### [Your task]
Please reproduce the data below exactly, from the first line through the line containing "#10=(NAMED_UNIT(*)SI_UNIT($,.STERADIAN.)SOLID_ANGLE_UNIT());", and leave every later line out.

(Collected data)
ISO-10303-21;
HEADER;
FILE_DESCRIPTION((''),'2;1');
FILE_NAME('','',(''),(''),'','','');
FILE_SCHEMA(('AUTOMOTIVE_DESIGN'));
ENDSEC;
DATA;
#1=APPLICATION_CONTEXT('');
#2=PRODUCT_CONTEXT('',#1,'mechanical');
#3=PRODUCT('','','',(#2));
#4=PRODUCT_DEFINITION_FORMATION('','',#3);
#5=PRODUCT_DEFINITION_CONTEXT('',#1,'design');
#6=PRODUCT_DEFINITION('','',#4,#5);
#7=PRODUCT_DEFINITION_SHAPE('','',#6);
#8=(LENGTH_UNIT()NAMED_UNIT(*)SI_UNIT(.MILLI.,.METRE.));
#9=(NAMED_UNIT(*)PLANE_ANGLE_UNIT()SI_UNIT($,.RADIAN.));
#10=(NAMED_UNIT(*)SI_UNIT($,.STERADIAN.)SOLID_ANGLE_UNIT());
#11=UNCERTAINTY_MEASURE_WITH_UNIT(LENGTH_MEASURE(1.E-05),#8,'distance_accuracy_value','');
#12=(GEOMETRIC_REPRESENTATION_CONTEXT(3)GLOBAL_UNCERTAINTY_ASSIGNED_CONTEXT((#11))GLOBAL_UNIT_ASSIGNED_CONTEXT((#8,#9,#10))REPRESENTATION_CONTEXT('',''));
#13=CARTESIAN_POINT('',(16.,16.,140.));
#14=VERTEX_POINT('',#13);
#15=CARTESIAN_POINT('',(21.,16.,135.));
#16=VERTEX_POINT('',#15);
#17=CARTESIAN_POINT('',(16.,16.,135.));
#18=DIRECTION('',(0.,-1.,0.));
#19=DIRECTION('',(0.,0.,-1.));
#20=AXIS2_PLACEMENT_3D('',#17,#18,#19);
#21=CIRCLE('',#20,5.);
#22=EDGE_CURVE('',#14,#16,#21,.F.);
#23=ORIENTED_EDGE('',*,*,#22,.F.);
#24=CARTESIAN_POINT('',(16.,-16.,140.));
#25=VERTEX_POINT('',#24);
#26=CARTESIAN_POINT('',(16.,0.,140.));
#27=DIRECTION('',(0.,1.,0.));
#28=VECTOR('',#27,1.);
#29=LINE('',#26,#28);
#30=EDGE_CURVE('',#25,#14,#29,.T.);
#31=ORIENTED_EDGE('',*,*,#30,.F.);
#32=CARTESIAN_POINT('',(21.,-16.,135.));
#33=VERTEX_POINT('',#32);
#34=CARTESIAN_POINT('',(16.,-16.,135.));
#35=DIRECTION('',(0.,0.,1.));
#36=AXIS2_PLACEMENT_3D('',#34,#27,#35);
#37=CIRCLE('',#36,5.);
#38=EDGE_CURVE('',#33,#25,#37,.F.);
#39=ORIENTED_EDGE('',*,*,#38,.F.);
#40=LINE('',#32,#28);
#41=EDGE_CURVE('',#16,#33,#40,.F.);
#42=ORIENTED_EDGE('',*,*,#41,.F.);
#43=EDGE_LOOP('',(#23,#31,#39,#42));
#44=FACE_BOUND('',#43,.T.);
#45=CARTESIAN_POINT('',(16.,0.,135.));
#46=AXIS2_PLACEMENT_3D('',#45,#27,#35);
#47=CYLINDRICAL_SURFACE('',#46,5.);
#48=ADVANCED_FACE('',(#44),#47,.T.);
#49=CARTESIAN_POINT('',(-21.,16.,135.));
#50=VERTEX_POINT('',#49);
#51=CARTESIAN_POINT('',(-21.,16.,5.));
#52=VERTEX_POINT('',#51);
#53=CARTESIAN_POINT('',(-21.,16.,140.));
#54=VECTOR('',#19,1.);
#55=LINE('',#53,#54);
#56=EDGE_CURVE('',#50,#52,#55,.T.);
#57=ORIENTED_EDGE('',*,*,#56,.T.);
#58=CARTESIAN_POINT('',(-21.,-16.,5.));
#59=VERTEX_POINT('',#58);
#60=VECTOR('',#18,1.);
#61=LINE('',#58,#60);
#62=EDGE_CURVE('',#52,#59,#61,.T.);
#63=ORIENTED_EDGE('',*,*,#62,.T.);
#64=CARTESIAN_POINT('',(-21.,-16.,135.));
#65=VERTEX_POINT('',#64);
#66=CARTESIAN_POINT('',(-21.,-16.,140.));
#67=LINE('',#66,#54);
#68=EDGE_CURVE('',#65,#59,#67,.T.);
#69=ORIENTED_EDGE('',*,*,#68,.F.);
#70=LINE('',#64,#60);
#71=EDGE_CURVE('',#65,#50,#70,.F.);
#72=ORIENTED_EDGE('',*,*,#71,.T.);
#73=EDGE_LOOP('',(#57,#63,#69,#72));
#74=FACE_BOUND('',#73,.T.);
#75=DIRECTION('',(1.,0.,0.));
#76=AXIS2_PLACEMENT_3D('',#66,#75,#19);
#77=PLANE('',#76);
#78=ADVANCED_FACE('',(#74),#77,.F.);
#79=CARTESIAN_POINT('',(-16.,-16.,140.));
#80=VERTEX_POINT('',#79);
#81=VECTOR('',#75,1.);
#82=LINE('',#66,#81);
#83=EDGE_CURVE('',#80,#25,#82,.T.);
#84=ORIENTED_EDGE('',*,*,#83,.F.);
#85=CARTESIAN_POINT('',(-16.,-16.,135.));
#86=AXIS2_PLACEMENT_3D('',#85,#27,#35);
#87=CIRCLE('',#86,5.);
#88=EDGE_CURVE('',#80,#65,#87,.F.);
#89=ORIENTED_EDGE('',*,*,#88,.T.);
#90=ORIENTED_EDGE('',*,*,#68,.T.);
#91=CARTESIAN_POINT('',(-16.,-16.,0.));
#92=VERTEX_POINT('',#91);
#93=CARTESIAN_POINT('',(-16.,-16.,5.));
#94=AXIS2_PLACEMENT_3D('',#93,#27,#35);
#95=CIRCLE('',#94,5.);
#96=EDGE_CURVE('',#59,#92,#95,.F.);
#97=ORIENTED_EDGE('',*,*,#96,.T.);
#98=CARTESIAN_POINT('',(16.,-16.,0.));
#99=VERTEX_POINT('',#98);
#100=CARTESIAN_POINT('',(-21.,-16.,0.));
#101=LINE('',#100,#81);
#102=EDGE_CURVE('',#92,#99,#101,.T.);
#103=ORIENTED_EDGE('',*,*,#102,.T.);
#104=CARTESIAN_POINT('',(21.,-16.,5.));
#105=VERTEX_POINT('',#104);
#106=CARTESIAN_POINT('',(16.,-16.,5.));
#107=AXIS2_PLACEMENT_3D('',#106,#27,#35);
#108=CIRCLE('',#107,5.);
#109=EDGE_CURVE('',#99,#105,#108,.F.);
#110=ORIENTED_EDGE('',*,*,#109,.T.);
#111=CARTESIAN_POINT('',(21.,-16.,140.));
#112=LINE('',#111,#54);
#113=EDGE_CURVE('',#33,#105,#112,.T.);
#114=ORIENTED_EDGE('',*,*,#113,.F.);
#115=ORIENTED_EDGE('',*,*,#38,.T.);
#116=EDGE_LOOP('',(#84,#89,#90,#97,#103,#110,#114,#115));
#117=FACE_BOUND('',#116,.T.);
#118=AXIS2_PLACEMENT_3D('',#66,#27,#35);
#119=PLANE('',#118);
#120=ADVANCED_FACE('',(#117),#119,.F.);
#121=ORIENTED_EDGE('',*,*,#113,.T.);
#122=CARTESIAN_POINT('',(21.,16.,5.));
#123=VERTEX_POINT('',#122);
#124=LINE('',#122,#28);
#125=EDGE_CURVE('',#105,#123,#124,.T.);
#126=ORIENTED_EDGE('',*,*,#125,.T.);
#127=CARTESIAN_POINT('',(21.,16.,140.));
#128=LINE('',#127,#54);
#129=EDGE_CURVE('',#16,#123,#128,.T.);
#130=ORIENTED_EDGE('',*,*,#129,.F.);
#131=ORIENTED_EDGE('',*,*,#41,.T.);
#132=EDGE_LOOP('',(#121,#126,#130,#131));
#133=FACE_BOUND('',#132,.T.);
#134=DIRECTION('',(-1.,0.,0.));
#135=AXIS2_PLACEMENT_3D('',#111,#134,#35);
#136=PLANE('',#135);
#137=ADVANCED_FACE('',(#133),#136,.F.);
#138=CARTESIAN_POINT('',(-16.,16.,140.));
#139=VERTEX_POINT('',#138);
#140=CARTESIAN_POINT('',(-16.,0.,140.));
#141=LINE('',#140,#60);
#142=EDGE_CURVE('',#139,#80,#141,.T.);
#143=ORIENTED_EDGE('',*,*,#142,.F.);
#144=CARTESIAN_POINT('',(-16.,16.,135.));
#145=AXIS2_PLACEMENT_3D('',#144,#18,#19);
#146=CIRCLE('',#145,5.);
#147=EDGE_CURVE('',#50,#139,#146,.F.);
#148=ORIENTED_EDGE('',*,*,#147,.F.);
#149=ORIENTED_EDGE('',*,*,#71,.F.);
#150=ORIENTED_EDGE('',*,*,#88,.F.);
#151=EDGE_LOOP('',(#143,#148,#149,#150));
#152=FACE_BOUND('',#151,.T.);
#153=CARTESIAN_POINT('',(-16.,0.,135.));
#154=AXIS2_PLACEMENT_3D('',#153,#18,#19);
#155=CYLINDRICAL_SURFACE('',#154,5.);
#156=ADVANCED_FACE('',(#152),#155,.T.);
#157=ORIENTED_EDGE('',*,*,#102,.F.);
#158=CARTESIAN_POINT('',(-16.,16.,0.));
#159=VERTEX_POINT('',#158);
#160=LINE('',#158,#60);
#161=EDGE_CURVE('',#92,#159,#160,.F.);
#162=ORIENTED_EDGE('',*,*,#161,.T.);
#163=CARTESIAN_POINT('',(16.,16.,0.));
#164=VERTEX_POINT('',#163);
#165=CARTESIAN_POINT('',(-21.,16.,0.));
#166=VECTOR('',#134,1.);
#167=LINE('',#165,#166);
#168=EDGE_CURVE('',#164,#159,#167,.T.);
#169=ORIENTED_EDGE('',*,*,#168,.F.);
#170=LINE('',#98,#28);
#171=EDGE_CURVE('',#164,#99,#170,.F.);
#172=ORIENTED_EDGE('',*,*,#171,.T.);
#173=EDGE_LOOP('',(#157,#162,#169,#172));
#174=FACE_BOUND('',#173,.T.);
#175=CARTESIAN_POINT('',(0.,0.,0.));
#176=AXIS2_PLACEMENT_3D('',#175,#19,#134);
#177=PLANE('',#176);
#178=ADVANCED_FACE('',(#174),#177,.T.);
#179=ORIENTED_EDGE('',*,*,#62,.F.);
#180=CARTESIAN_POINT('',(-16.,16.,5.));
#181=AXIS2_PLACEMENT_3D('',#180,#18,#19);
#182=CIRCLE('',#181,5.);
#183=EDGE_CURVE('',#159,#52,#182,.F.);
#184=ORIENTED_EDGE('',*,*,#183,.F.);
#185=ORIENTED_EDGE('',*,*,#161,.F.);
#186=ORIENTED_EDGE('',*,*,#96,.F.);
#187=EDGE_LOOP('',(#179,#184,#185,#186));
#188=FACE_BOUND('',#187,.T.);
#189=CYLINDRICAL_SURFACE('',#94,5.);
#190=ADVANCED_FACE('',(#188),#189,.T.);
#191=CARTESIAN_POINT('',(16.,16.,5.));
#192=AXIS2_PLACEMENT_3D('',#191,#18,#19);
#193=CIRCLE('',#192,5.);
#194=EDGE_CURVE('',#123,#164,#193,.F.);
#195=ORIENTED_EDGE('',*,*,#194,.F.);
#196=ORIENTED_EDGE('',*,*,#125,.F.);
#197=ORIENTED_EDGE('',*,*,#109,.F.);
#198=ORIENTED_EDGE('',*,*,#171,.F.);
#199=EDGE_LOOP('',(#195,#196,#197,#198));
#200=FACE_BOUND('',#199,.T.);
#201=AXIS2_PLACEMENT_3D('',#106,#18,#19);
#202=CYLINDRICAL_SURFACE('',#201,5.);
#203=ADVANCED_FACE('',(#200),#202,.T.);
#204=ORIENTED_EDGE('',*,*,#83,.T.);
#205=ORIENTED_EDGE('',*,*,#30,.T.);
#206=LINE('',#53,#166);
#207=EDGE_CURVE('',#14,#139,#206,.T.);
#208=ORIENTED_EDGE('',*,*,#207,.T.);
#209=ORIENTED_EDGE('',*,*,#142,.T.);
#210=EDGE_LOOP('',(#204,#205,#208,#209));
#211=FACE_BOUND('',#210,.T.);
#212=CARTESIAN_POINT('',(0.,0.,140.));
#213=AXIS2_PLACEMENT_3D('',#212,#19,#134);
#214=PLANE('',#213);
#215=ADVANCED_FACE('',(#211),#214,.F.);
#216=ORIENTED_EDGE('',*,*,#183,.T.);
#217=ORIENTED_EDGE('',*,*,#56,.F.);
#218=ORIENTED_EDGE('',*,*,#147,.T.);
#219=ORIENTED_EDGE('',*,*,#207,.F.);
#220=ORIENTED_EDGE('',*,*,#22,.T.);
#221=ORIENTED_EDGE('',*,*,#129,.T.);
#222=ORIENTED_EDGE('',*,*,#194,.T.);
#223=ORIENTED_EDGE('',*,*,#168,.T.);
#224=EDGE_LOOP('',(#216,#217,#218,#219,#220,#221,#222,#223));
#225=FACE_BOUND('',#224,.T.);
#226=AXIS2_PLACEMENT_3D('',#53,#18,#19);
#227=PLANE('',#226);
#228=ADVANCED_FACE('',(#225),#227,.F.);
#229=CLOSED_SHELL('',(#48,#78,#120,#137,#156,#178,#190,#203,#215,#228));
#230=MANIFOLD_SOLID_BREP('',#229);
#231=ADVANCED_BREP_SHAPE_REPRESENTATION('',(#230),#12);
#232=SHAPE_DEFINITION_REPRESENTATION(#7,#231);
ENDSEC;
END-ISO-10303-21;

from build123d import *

# Parameters (mm, degrees)
IZIM1_W                     = 42
IZIM1_H                     = 32
Y_KSEKLIK_EKSTR_ZYON1_DEPTH = 140
RADYUS1_R                   = 5


with BuildPart() as part:
    # Çizim1 → Yükseklik-Ekstrüzyon1 (new body)
    with BuildSketch(Plane.XY):
        Rectangle(IZIM1_W, IZIM1_H)
    extrude(amount=Y_KSEKLIK_EKSTR_ZYON1_DEPTH)

    # Radyus1
    radyus1_edges = [part.edges().sort_by_distance(p)[0] for p in [
        (-21, 0, 140),
        (21, 0, 140),
        (-21, 0, 0),
        (21, 0, 0),
    ]]
    fillet(radyus1_edges, radius=RADYUS1_R)


solid = part.part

### [Result]
ISO-10303-21;
HEADER;
FILE_DESCRIPTION((''),'2;1');
FILE_NAME('','',(''),(''),'','','');
FILE_SCHEMA(('AUTOMOTIVE_DESIGN'));
ENDSEC;
DATA;
#1=APPLICATION_CONTEXT('');
#2=PRODUCT_CONTEXT('',#1,'mechanical');
#3=PRODUCT('','','',(#2));
#4=PRODUCT_DEFINITION_FORMATION('','',#3);
#5=PRODUCT_DEFINITION_CONTEXT('',#1,'design');
#6=PRODUCT_DEFINITION('','',#4,#5);
#7=PRODUCT_DEFINITION_SHAPE('','',#6);
#8=(LENGTH_UNIT()NAMED_UNIT(*)SI_UNIT(.MILLI.,.METRE.));
#9=(NAMED_UNIT(*)PLANE_ANGLE_UNIT()SI_UNIT($,.RADIAN.));
#10=(NAMED_UNIT(*)SI_UNIT($,.STERADIAN.)SOLID_ANGLE_UNIT());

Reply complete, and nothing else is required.